▶ _WHAT YOU WILL DO_:
All entries should be printed precisely as written.

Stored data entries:
....

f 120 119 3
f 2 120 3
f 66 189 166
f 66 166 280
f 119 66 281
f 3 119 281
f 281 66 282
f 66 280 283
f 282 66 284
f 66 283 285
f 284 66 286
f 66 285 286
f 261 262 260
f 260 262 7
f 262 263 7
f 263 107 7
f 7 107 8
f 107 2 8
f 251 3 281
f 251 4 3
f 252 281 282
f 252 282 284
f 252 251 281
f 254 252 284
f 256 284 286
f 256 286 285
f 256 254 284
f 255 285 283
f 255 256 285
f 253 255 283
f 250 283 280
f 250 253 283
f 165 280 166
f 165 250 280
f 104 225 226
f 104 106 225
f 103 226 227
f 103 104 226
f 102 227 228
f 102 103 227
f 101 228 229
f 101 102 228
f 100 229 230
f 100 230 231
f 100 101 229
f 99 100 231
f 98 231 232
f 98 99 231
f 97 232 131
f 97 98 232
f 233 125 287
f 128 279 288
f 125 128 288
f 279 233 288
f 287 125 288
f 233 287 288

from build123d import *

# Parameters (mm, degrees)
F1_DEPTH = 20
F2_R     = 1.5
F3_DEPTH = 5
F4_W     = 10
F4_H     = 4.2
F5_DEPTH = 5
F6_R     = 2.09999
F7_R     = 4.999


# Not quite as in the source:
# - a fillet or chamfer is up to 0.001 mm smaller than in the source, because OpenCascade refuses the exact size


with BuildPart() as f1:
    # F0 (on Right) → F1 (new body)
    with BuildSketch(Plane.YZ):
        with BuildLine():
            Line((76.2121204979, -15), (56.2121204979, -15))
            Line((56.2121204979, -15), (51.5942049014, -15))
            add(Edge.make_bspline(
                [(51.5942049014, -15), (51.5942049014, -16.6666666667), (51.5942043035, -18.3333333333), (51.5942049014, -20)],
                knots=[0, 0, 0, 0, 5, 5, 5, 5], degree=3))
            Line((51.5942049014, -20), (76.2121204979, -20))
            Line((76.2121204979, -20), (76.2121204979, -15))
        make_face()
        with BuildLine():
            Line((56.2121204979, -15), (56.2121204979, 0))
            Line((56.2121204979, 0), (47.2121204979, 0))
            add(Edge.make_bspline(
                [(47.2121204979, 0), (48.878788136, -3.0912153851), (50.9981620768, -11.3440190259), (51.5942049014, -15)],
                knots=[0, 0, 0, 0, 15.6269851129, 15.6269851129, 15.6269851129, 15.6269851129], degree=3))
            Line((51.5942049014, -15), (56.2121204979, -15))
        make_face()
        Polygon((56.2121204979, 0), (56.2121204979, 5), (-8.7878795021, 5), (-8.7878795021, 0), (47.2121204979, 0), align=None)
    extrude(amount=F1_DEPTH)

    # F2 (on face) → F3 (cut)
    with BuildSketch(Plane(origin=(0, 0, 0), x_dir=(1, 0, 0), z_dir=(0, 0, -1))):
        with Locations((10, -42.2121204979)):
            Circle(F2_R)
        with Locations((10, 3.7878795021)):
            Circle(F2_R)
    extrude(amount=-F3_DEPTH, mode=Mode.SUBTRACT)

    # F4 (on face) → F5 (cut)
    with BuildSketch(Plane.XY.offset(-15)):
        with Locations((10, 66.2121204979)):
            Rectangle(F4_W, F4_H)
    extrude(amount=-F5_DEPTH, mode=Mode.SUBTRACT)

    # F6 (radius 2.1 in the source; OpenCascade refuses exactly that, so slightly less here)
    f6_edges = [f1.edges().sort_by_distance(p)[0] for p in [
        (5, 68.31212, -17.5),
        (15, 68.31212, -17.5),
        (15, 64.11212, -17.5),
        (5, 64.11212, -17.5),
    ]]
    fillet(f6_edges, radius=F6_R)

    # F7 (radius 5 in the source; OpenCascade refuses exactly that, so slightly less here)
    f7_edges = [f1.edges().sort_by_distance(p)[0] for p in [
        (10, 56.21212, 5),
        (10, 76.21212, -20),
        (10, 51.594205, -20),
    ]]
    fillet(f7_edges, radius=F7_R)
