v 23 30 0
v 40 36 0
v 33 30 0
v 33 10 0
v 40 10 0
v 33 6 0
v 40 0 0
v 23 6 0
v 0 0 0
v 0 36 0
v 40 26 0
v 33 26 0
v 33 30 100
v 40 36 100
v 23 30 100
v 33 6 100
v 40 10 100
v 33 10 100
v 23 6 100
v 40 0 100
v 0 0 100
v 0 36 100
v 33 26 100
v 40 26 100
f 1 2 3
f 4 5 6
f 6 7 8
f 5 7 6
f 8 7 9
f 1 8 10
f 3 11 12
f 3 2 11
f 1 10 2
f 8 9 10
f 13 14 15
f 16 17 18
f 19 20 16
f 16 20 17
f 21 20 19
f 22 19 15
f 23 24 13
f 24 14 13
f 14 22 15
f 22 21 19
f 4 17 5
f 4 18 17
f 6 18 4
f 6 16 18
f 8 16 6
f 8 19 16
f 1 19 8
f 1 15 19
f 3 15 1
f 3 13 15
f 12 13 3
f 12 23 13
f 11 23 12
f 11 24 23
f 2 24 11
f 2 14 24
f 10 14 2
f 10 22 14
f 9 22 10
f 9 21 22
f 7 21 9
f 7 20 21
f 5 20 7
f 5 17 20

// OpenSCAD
$fn = 32;

// ----------------------------------------------------------------------
// T-slot rail: 40 x 36 mm section, 100 mm long
// ----------------------------------------------------------------------

// --- parameters (mm) ---
profile_height = 100;     // extrusion height
profile_points = 12;      // points of the closed outline

profile = [[0, 0], [40, 0], [40, 10], [33, 10], [33, 6], [23, 6], [23, 30], [33, 30], [33, 26], [40, 26], [40, 36], [0, 36]];  // single closed polygon, 12 points, counter clockwise

// --- the one profile operation ---
linear_extrude(height = profile_height) polygon(points = profile);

....

▶ _RESULT_:
f 120 119 3
f 2 120 3
f 66 189 166
f 66 166 280
f 119 66 281
f 3 119 281
f 281 66 282
f 66 280 283
f 282 66 284
f 66 283 285
f 284 66 286
f 66 285 286
f 261 262 260
f 260 262 7
f 262 263 7
f 263 107 7
f 7 107 8
f 107 2 8
f 251 3 281
f 251 4 3
f 252 281 282
f 252 282 284
f 252 251 281
f 254 252 284
f 256 284 286
f 256 286 285
f 256 254 284
f 255 285 283
f 255 256 285
f 253 255 283
f 250 283 280
f 250 253 283
f 165 280 166
f 165 250 280
f 104 225 226
f 104 106 225
f 103 226 227
f 103 104 226
f 102 227 228
f 102 103 227
f 101 228 229
f 101 102 228
f 100 229 230
f 100 230 231
f 100 101 229
f 99 100 231
f 98 231 232
f 98 99 231
f 97 232 131
f 97 98 232
f 233 125 287
f 128 279 288
f 125 128 288
f 279 233 288
f 287 125 288
f 233 287 288

from build123d import *

# Parameters (mm, degrees)
F1_DEPTH = 20
F2_R     = 1.5
F3_DEPTH = 5
F4_W     = 10
F4_H     = 4.2
F5_DEPTH = 5
F6_R     = 2.09999
F7_R     = 4.999


# Not quite as in the source:
# - a fillet or chamfer is up to 0.001 mm smaller than in the source, because OpenCascade refuses the exact size


with BuildPart() as f1:
    # F0 (on Right) → F1 (new body)
    with BuildSketch(Plane.YZ):
        with BuildLine():
            Line((76.2121204979, -15), (56.2121204979, -15))
            Line((56.2121204979, -15), (51.5942049014, -15))
            add(Edge.make_bspline(
                [(51.5942049014, -15), (51.5942049014, -16.6666666667), (51.5942043035, -18.3333333333), (51.5942049014, -20)],
                knots=[0, 0, 0, 0, 5, 5, 5, 5], degree=3))
            Line((51.5942049014, -20), (76.2121204979, -20))
            Line((76.2121204979, -20), (76.2121204979, -15))
        make_face()
        with BuildLine():
            Line((56.2121204979, -15), (56.2121204979, 0))
            Line((56.2121204979, 0), (47.2121204979, 0))
            add(Edge.make_bspline(
                [(47.2121204979, 0), (48.878788136, -3.0912153851), (50.9981620768, -11.3440190259), (51.5942049014, -15)],
                knots=[0, 0, 0, 0, 15.6269851129, 15.6269851129, 15.6269851129, 15.6269851129], degree=3))
            Line((51.5942049014, -15), (56.2121204979, -15))
        make_face()
        Polygon((56.2121204979, 0), (56.2121204979, 5), (-8.7878795021, 5), (-8.7878795021, 0), (47.2121204979, 0), align=None)
    extrude(amount=F1_DEPTH)

    # F2 (on face) → F3 (cut)
    with BuildSketch(Plane(origin=(0, 0, 0), x_dir=(1, 0, 0), z_dir=(0, 0, -1))):
        with Locations((10, -42.2121204979)):
            Circle(F2_R)
        with Locations((10, 3.7878795021)):
            Circle(F2_R)
    extrude(amount=-F3_DEPTH, mode=Mode.SUBTRACT)

    # F4 (on face) → F5 (cut)
    with BuildSketch(Plane.XY.offset(-15)):
        with Locations((10, 66.2121204979)):
            Rectangle(F4_W, F4_H)
    extrude(amount=-F5_DEPTH, mode=Mode.SUBTRACT)

    # F6 (radius 2.1 in the source; OpenCascade refuses exactly that, so slightly less here)
    f6_edges = [f1.edges().sort_by_distance(p)[0] for p in [
        (5, 68.31212, -17.5),
        (15, 68.31212, -17.5),
        (15, 64.11212, -17.5),
        (5, 64.11212, -17.5),
    ]]
    fillet(f6_edges, radius=F6_R)

    # F7 (radius 5 in the source; OpenCascade refuses exactly that, so slightly less here)
    f7_edges = [f1.edges().sort_by_distance(p)[0] for p in [
        (10, 56.21212, 5),
        (10, 76.21212, -20),
        (10, 51.594205, -20),
    ]]
    fillet(f7_edges, radius=F7_R)
v 23 30 0
v 40 36 0
v 33 30 0
v 33 10 0
v 40 10 0
v 33 6 0
v 40 0 0
v 23 6 0
v 0 0 0
v 0 36 0
v 40 26 0
v 33 26 0
v 33 30 100
v 40 36 100
v 23 30 100
v 33 6 100
v 40 10 100
v 33 10 100
v 23 6 100
v 40 0 100
v 0 0 100
v 0 36 100
v 33 26 100
v 40 26 100
f 1 2 3
f 4 5 6
f 6 7 8
f 5 7 6
f 8 7 9
f 1 8 10
f 3 11 12
f 3 2 11
f 1 10 2
f 8 9 10
f 13 14 15
f 16 17 18
f 19 20 16
f 16 20 17
f 21 20 19
f 22 19 15
f 23 24 13
f 24 14 13
f 14 22 15
f 22 21 19
f 4 17 5
f 4 18 17
f 6 18 4
f 6 16 18
f 8 16 6
f 8 19 16
f 1 19 8
f 1 15 19
f 3 15 1
f 3 13 15
f 12 13 3
f 12 23 13
f 11 23 12
f 11 24 23
f 2 24 11
f 2 14 24
f 10 14 2
f 10 22 14
f 9 22 10
f 9 21 22
f 7 21 9
f 7 20 21
f 5 20 7
f 5 17 20

// OpenSCAD
$fn = 32;

// ----------------------------------------------------------------------
// T-slot rail: 40 x 36 mm section, 100 mm long
// ----------------------------------------------------------------------

// --- parameters (mm) ---
profile_height = 100;     // extrusion height
profile_points = 12;      // points of the closed outline

profile = [[0, 0], [40, 0], [40, 10], [33, 10], [33, 6], [23, 6], [23, 30], [33, 30], [33, 26], [40, 26], [40, 36], [0, 36]];  // single closed polygon, 12 points, counter clockwise

// --- the one profile operation ---
linear_extrude(height = profile_height) polygon(points = profile);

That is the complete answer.